START MATERIAL FOR THIS TASK
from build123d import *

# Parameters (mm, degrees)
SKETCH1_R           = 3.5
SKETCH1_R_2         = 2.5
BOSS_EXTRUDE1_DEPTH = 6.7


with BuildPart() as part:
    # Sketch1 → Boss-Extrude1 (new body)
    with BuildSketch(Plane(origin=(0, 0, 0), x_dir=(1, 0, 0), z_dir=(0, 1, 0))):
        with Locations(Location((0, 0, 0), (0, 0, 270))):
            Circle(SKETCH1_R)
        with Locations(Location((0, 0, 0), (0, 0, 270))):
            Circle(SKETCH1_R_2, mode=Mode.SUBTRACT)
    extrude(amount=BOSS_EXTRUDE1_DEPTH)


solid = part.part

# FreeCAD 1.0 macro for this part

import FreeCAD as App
import Part
import Sketcher

doc = App.newDocument("Part")
body = doc.addObject("PartDesign::Body", "Body")

# Sketch on XZ plane
sketch1 = body.newObject("Sketcher::SketchObject", "Sketch")
sketch1.AttachmentSupport = (doc.getObject("XZ_Plane"), [""])
sketch1.MapMode = "FlatFace"
sketch1.addGeometry(Part.Circle(App.Vector(0, 0, 0), App.Vector(0, 0, 1), 3.5), False)
sketch1.addGeometry(Part.Circle(App.Vector(0, 0, 0), App.Vector(0, 0, 1), 2.5), False)
sketch1.addConstraint(Sketcher.Constraint("Coincident", 0, 3, -1, 1))
sketch1.addConstraint(Sketcher.Constraint("Coincident", 1, 3, -1, 1))
sketch1.addConstraint(Sketcher.Constraint("Diameter", 0, 7.0))
sketch1.addConstraint(Sketcher.Constraint("Diameter", 1, 5.0))
pad1 = body.newObject("PartDesign::Pad", "Pad")
pad1.Profile = sketch1
pad1.Length = 6.7
pad1.Reversed = True

doc.recompute()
END MATERIAL FOR THIS TASK
WHAT YOU WILL DO: In full and without change, transcribe every line of the records above.

OUTPUT OF THE TASK:
from build123d import *

# Parameters (mm, degrees)
SKETCH1_R           = 3.5
SKETCH1_R_2         = 2.5
BOSS_EXTRUDE1_DEPTH = 6.7


with BuildPart() as part:
    # Sketch1 → Boss-Extrude1 (new body)
    with BuildSketch(Plane(origin=(0, 0, 0), x_dir=(1, 0, 0), z_dir=(0, 1, 0))):
        with Locations(Location((0, 0, 0), (0, 0, 270))):
            Circle(SKETCH1_R)
        with Locations(Location((0, 0, 0), (0, 0, 270))):
            Circle(SKETCH1_R_2, mode=Mode.SUBTRACT)
    extrude(amount=BOSS_EXTRUDE1_DEPTH)


solid = part.part

# FreeCAD 1.0 macro for this part

import FreeCAD as App
import Part
import Sketcher

doc = App.newDocument("Part")
body = doc.addObject("PartDesign::Body", "Body")

# Sketch on XZ plane
sketch1 = body.newObject("Sketcher::SketchObject", "Sketch")
sketch1.AttachmentSupport = (doc.getObject("XZ_Plane"), [""])
sketch1.MapMode = "FlatFace"
sketch1.addGeometry(Part.Circle(App.Vector(0, 0, 0), App.Vector(0, 0, 1), 3.5), False)
sketch1.addGeometry(Part.Circle(App.Vector(0, 0, 0), App.Vector(0, 0, 1), 2.5), False)
sketch1.addConstraint(Sketcher.Constraint("Coincident", 0, 3, -1, 1))
sketch1.addConstraint(Sketcher.Constraint("Coincident", 1, 3, -1, 1))
sketch1.addConstraint(Sketcher.Constraint("Diameter", 0, 7.0))
sketch1.addConstraint(Sketcher.Constraint("Diameter", 1, 5.0))
pad1 = body.newObject("PartDesign::Pad", "Pad")
pad1.Profile = sketch1
pad1.Length = 6.7
pad1.Reversed = True

doc.recompute()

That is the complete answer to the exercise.